What needs to be done — With both ends included, repeat exactly the lines of the entries below from the one containing "f 141 135 134" down to the one containing "f 221 217 218", and no others.

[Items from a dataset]
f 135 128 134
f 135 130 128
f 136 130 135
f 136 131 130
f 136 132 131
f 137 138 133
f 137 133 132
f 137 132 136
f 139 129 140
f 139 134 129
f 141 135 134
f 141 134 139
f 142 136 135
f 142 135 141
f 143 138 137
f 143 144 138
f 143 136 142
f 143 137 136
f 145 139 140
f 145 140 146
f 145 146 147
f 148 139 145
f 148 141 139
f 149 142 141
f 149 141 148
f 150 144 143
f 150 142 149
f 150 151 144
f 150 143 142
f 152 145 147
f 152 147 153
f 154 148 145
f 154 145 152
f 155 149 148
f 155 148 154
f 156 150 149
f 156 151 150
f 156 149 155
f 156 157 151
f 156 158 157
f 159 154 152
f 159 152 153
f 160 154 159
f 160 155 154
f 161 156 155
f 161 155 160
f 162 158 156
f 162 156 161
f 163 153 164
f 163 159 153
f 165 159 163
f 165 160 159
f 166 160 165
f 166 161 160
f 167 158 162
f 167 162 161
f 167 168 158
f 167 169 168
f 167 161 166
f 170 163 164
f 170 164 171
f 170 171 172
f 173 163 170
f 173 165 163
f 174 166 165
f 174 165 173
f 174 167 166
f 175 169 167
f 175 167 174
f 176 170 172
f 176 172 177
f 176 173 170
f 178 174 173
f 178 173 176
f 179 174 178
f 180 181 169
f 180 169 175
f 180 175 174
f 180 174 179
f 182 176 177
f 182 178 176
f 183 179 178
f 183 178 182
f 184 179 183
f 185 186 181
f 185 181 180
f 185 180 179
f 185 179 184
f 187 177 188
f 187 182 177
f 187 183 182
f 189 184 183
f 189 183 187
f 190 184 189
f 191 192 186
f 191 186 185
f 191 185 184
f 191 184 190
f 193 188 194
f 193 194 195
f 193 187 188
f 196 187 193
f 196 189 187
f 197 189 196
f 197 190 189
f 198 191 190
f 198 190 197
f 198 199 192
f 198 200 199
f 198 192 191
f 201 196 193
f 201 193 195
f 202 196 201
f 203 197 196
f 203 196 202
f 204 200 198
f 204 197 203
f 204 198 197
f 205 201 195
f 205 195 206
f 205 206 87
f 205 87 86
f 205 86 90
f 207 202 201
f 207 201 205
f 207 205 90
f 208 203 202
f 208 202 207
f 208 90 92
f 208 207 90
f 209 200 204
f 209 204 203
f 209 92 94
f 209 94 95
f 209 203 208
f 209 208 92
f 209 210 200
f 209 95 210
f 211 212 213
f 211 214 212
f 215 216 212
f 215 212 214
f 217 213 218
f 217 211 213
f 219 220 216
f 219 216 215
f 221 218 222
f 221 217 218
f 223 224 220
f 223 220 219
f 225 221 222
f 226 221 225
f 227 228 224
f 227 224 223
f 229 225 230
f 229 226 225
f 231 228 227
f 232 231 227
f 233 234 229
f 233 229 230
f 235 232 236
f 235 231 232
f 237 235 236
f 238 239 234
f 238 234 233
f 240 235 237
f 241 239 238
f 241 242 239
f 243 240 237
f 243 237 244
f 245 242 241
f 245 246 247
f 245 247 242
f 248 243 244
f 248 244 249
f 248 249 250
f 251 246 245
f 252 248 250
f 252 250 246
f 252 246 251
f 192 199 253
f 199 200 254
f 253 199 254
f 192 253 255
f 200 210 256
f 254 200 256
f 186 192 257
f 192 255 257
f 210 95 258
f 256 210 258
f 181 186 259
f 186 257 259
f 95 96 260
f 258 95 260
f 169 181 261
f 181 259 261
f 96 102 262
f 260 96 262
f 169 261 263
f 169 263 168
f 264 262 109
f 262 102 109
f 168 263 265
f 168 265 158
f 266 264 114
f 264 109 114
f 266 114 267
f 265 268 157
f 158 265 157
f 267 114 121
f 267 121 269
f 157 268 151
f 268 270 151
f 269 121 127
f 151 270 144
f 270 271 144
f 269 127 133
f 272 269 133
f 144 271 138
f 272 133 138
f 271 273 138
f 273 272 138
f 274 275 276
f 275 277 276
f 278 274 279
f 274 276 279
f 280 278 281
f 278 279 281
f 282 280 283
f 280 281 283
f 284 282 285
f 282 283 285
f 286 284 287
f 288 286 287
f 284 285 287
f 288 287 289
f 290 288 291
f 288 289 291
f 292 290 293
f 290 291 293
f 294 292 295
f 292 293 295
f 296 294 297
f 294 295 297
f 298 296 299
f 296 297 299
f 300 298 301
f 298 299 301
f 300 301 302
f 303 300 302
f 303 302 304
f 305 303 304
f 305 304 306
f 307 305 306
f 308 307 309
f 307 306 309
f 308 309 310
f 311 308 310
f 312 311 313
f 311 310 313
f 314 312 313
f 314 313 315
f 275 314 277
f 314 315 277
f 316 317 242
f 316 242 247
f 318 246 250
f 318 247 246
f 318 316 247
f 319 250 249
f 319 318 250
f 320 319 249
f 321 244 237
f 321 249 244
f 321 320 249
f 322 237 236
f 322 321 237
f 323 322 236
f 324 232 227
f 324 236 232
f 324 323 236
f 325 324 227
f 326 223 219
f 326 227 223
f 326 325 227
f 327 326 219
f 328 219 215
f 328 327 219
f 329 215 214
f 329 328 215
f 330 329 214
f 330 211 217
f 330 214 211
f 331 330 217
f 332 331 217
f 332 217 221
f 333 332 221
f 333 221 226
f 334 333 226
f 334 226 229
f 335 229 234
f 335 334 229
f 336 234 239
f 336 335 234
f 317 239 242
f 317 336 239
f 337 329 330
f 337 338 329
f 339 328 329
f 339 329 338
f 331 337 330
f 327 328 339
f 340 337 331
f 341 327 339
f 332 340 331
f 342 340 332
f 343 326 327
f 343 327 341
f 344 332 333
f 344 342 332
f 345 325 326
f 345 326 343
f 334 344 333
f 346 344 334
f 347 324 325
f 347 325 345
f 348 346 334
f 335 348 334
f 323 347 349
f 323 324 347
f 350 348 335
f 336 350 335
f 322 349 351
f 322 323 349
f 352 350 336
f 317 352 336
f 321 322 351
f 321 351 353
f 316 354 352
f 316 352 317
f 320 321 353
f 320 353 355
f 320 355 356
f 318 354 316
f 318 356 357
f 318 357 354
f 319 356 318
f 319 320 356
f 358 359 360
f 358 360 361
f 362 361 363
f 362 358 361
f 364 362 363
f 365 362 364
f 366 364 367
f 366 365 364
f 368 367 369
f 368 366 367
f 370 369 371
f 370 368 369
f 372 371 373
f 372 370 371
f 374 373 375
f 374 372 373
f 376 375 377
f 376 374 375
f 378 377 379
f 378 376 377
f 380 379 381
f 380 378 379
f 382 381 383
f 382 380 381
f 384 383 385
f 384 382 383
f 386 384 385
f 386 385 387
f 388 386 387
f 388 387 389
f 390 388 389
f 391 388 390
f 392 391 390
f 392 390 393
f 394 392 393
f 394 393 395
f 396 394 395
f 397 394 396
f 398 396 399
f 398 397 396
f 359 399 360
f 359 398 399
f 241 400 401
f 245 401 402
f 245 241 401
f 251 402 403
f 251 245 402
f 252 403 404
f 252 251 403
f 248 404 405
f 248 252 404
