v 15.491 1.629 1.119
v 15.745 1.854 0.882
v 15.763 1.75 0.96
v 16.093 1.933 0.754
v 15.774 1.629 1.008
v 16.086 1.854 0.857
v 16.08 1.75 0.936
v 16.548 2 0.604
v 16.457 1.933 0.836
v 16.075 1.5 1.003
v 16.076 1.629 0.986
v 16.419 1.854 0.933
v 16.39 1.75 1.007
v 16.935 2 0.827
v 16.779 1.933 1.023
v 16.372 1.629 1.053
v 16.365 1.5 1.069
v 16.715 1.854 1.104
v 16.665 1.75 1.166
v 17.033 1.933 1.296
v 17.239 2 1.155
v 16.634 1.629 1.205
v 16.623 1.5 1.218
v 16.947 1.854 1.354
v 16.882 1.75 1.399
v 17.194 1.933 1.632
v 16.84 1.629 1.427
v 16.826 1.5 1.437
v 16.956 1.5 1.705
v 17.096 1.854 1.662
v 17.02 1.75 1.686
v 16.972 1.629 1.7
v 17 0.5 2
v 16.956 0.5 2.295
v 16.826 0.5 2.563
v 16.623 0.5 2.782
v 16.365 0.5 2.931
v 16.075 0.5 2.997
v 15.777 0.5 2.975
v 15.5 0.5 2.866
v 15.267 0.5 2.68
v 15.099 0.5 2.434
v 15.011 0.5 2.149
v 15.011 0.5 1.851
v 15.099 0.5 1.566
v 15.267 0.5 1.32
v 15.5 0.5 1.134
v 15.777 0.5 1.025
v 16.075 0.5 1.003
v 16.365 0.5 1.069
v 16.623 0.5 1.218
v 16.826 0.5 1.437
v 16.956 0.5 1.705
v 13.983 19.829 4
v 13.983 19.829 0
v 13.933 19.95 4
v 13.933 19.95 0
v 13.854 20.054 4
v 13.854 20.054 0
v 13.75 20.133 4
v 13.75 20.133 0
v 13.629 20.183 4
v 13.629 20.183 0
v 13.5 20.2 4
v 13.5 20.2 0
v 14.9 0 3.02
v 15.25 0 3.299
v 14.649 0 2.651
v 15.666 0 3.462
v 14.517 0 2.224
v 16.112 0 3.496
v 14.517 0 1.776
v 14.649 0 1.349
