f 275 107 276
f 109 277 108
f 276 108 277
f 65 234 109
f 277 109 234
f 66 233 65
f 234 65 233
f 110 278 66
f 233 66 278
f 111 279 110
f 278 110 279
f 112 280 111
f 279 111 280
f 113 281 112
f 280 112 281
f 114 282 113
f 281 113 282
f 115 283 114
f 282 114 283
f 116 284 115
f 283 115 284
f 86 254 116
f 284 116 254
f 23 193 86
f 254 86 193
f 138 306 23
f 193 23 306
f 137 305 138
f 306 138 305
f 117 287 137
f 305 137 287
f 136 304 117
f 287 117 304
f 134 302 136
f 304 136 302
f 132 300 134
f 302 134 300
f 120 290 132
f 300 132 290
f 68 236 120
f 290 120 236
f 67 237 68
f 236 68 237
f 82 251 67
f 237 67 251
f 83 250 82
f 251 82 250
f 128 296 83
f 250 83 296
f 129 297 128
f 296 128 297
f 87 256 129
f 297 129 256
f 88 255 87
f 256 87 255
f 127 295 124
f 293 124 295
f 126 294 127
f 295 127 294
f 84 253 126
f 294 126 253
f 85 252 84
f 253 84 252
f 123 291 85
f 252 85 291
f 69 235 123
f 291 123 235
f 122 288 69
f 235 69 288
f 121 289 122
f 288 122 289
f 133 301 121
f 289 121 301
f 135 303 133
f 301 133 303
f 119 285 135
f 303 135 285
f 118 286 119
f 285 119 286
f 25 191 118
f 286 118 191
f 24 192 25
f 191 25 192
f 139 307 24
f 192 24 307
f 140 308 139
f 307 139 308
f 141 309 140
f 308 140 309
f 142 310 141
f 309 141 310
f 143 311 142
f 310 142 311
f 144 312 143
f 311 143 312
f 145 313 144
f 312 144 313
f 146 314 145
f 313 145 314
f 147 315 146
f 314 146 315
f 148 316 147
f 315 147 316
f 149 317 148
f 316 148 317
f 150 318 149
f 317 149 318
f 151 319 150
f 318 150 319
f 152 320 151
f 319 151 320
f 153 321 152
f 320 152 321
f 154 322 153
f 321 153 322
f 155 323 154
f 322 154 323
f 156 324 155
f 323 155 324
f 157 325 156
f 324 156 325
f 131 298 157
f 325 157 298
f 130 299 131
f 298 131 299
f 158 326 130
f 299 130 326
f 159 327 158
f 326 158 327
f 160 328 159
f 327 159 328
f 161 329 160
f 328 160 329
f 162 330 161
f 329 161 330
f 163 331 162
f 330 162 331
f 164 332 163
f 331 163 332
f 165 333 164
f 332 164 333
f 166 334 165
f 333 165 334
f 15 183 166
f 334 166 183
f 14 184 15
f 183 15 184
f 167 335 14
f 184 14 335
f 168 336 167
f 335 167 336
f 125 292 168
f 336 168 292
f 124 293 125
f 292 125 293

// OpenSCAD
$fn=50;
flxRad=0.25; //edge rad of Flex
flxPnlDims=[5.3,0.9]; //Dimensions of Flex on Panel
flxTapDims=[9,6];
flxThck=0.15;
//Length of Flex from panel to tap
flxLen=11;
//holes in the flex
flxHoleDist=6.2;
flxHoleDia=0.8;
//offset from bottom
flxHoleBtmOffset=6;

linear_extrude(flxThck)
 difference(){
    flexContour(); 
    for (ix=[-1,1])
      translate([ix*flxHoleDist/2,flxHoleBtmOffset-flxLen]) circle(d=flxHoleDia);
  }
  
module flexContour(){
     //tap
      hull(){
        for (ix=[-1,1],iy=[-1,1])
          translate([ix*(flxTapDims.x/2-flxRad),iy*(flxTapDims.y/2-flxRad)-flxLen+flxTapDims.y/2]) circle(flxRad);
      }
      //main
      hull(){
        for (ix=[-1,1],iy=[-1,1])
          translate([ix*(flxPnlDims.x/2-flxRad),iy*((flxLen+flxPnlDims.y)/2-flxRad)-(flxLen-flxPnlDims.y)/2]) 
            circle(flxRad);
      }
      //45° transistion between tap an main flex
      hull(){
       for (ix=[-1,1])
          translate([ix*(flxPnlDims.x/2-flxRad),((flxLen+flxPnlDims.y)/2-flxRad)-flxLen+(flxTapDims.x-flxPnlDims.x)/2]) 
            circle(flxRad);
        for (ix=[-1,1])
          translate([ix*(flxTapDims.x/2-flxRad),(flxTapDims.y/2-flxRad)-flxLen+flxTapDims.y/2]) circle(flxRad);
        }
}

Solution for this task —
f 141 135 134
f 141 134 139
f 142 136 135
f 142 135 141
f 143 138 137
f 143 144 138
f 143 136 142
f 143 137 136
f 145 139 140
f 145 140 146
f 145 146 147
f 148 139 145
f 148 141 139
f 149 142 141
f 149 141 148
f 150 144 143
f 150 142 149
f 150 151 144
f 150 143 142
f 152 145 147
f 152 147 153
f 154 148 145
f 154 145 152
f 155 149 148
f 155 148 154
f 156 150 149
f 156 151 150
f 156 149 155
f 156 157 151
f 156 158 157
f 159 154 152
f 159 152 153
f 160 154 159
f 160 155 154
f 161 156 155
f 161 155 160
f 162 158 156
f 162 156 161
f 163 153 164
f 163 159 153
f 165 159 163
f 165 160 159
f 166 160 165
f 166 161 160
f 167 158 162
f 167 162 161
f 167 168 158
f 167 169 168
f 167 161 166
f 170 163 164
f 170 164 171
f 170 171 172
f 173 163 170
f 173 165 163
f 174 166 165
f 174 165 173
f 174 167 166
f 175 169 167
f 175 167 174
f 176 170 172
f 176 172 177
f 176 173 170
f 178 174 173
f 178 173 176
f 179 174 178
f 180 181 169
f 180 169 175
f 180 175 174
f 180 174 179
f 182 176 177
f 182 178 176
f 183 179 178
f 183 178 182
f 184 179 183
f 185 186 181
f 185 181 180
f 185 180 179
f 185 179 184
f 187 177 188
f 187 182 177
f 187 183 182
f 189 184 183
f 189 183 187
f 190 184 189
f 191 192 186
f 191 186 185
f 191 185 184
f 191 184 190
f 193 188 194
f 193 194 195
f 193 187 188
f 196 187 193
f 196 189 187
f 197 189 196
f 197 190 189
f 198 191 190
f 198 190 197
f 198 199 192
f 198 200 199
f 198 192 191
f 201 196 193
f 201 193 195
f 202 196 201
f 203 197 196
f 203 196 202
f 204 200 198
f 204 197 203
f 204 198 197
f 205 201 195
f 205 195 206
f 205 206 87
f 205 87 86
f 205 86 90
f 207 202 201
f 207 201 205
f 207 205 90
f 208 203 202
f 208 202 207
f 208 90 92
f 208 207 90
f 209 200 204
f 209 204 203
f 209 92 94
f 209 94 95
f 209 203 208
f 209 208 92
f 209 210 200
f 209 95 210
f 211 212 213
f 211 214 212
f 215 216 212
f 215 212 214
f 217 213 218
f 217 211 213
f 219 220 216
f 219 216 215
f 221 218 222
f 221 217 218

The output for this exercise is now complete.